Ruivivar bought a bottle of Greenstone from Royal Chinese Drug Store in Binondo, Manila, owned by Ling Na
Lau. However, he doubted its authenticity because it had a different smell, and the heat it produced was not as
strong as the original Greenstone he frequently used. He then informed his brother-in-law Yeung, the owner of
Greenstone Pharmaceutical. The latter went to Royal and found 7 bottles of counterfeit Greenstone on display
for sale. He was told by Pinky Lau – the store’s proprietor – that the items came from Co of KiaoAn Chinese
Drug Store. According to Pinky, Co offered the products as “Tienchi Fong Sap Oil Greenstone” (Tienchi) which
she eventually availed from him.

Sps. Yeung filed a civil complaint for trademark infringement and unfair competition before the RTC against
Ling Na Lau, her sister Pinky Lau, and Co for allegedly conspiring in the sale of counterfeit Greenstone
products to the public.

The RTC ruled in favor of Sps. Yeung. It found that the Sps. Yeung had proven by preponderance of evidence
that the Laus and Co committed unfair competition through their conspiracy to sell counterfeit Greenstone
products that resulted in confusion and deception not only to the ordinary purchaser, like Ruivivar, but also to
the public. It, however, did not find the Laus and Co liable for trademark infringement as there was no showing
that the trademark “Greenstone” was registered at the time the acts complained of occurred. CA affirmed the
RTC Decision.

ISSUE:

 WHETHER OR NOT ONLY SUIT FOR UNFAIR COMPETITION WILL PROSPER CONSIDERING
THE TRADEMARK WAS NOT REGISTERED.

HELD:

YES, the defendants cannot be liable for trademark infringement. In the case at bar, the Court defined unfair
competition as the passing off (or palming off) or attempting to pass off upon the public of the goods or
business of one person as the goods or business of another with the end and probable effect of deceiving the
public. This takes place where the defendant gives his goods the general appearance of the goods of his
competitor with the intention of deceiving the public that the goods are those of his competitor.

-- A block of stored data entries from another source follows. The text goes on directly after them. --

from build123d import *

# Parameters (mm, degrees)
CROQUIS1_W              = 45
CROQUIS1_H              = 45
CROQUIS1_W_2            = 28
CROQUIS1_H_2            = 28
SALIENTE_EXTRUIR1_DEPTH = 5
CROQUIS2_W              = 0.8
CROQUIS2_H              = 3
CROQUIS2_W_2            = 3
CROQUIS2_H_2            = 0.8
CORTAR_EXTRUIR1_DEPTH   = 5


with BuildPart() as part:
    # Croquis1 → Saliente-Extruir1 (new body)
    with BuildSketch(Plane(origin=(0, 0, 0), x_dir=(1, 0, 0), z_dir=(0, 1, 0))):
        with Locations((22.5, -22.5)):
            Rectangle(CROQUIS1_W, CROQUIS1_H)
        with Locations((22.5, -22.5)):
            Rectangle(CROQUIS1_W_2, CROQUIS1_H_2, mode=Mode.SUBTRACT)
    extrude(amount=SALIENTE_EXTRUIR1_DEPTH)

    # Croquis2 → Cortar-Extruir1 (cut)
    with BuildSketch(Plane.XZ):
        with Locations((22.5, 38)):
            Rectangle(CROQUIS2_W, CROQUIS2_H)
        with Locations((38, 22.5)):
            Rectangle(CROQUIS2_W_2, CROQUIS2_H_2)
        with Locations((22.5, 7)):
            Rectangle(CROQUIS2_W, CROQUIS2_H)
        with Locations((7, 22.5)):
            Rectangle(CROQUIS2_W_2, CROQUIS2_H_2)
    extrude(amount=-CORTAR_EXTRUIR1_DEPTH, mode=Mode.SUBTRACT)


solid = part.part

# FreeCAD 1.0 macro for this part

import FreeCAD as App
import Part
import Sketcher

V = App.Vector
Q = App.Units.Quantity


def add_polygon(sketch, points):
    """Adds a closed chain of lines whose ends are joined by coincident constraints."""
    first, n = sketch.GeometryCount, len(points)
    for a, b in zip(points, points[1:] + points[:1]):
        sketch.addGeometry(Part.LineSegment(App.Vector(*a, 0), App.Vector(*b, 0)), False)
    for i in range(n):
        sketch.addConstraint(Sketcher.Constraint("Coincident", first + i, 2, first + (i + 1) % n, 1))

doc = App.newDocument("Part")
body = doc.addObject("PartDesign::Body", "Body")

sketch1 = doc.addObject("Sketcher::SketchObject", "Sketch")
body.addObject(sketch1)
sketch1.AttachmentSupport = (doc.XZ_Plane, [""])
sketch1.MapMode = "FlatFace"
add_polygon(sketch1, [(0, 0), (0, 45), (45, 45), (45, 0)])
add_polygon(sketch1, [(36.5, 36.5), (8.5, 36.5), (8.5, 8.5), (36.5, 8.5)])
sketch1.addConstraint([
    Sketcher.Constraint("Vertical", 0),
    Sketcher.Constraint("Horizontal", 1),
    Sketcher.Constraint("Vertical", 2),
    Sketcher.Constraint("Horizontal", 3),
    Sketcher.Constraint("Horizontal", 4),
    Sketcher.Constraint("Vertical", 5),
    Sketcher.Constraint("Horizontal", 6),
    Sketcher.Constraint("Vertical", 7),
    Sketcher.Constraint("Coincident", 3, 2, -1, 1),
    Sketcher.Constraint("Equal", 3, 0),
    Sketcher.Constraint("Equal", 6, 5),
    Sketcher.Constraint("DistanceX", 1, 1, 1, 2, Q("45 mm")),
    Sketcher.Constraint("DistanceX", 4, 2, 4, 1, Q("28 mm")),
    Sketcher.Constraint("DistanceX", -1, 1, 4, 2, Q("8.5 mm")),
    Sketcher.Constraint("DistanceY", -1, 1, 4, 2, Q("36.5 mm")),
])
pad1 = doc.addObject("PartDesign::Pad", "Pad")
body.addObject(pad1)
pad1.Profile = sketch1
pad1.Length = 5
pad1.Reversed = True

sketch2 = doc.addObject("Sketcher::SketchObject", "Sketch001")
body.addObject(sketch2)
sketch2.AttachmentSupport = (doc.XZ_Plane, [""])
sketch2.MapMode = "FlatFace"
add_polygon(sketch2, [(22.1, 39.5), (22.1, 36.5), (22.9, 36.5), (22.9, 39.5)])
add_polygon(sketch2, [(36.5, 22.9), (36.5, 22.1), (39.5, 22.1), (39.5, 22.9)])
add_polygon(sketch2, [(22.1, 8.5), (22.1, 5.5), (22.9, 5.5), (22.9, 8.5)])
add_polygon(sketch2, [(5.5, 22.9), (5.5, 22.1), (8.5, 22.1), (8.5, 22.9)])
sketch2.addConstraint([
    Sketcher.Constraint("Vertical", 0),
    Sketcher.Constraint("Horizontal", 1),
    Sketcher.Constraint("Vertical", 2),
    Sketcher.Constraint("Horizontal", 3),
    Sketcher.Constraint("Vertical", 4),
    Sketcher.Constraint("Horizontal", 5),
    Sketcher.Constraint("Vertical", 6),
    Sketcher.Constraint("Horizontal", 7),
    Sketcher.Constraint("Vertical", 8),
    Sketcher.Constraint("Horizontal", 9),
    Sketcher.Constraint("Vertical", 10),
    Sketcher.Constraint("Horizontal", 11),
    Sketcher.Constraint("Vertical", 12),
    Sketcher.Constraint("Horizontal", 13),
    Sketcher.Constraint("Vertical", 14),
    Sketcher.Constraint("Horizontal", 15),
    Sketcher.Constraint("Horizontal", 5, 2, 12, 2),
    Sketcher.Constraint("Horizontal", 7, 2, 14, 2),
    Sketcher.Constraint("Vertical", 3, 2, 8, 2),
    Sketcher.Constraint("Vertical", 2, 2, 9, 2),
    Sketcher.Constraint("Equal", 7, 13),
    Sketcher.Constraint("Equal", 15, 0),
    Sketcher.Constraint("Equal", 11, 4),
    Sketcher.Constraint("Equal", 2, 8),
    Sketcher.Constraint("DistanceX", 5, 1, 5, 2, Q("3 mm")),
    Sketcher.Constraint("DistanceX", 1, 1, 1, 2, Q("0.8 mm")),
    Sketcher.Constraint("DistanceY", 8, 2, 0, 2, Q("31 mm")),
    Sketcher.Constraint("DistanceX", -1, 1, 0, 2, Q("22.1 mm")),
    Sketcher.Constraint("DistanceY", -1, 1, 0, 2, Q("36.5 mm")),
    Sketcher.Constraint("DistanceX", -1, 1, 4, 2, Q("36.5 mm")),
    Sketcher.Constraint("DistanceY", -1, 1, 4, 2, Q("22.1 mm")),
    Sketcher.Constraint("DistanceX", -1, 1, 12, 2, Q("5.5 mm")),
])
pocket1 = doc.addObject("PartDesign::Pocket", "Pocket")
body.addObject(pocket1)
pocket1.Profile = sketch2
pocket1.Length = 5

doc.recompute()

Here, it has been established that Co conspired with the Laus in the sale/distribution of counterfeit Greenstone
products to the public, which were even packaged in bottles identical to that of the original, thereby giving rise
to the presumption of fraudulent intent.

Although liable for unfair competition, the Court deems it apt to clarify that Co was properly exculpated from the
charge of trademark infringement considering that the registration of the trademark “Greenstone”– essential as
it is in a trademark infringement case – was not proven to have existed during the time the acts complained of
were committed. In this relation, the distinctions between suits for trademark infringement and unfair
competition prove useful: (a) the former is the unauthorized use of a trademark, whereas the latter is the
passing off of one’s goods as those of another; (b) fraudulent intent is unnecessary in the former, while it is
essential in the latter; and (c) in the former, prior registration of the trademark is a pre-requisite to the action,
while it is not necessary in the latter.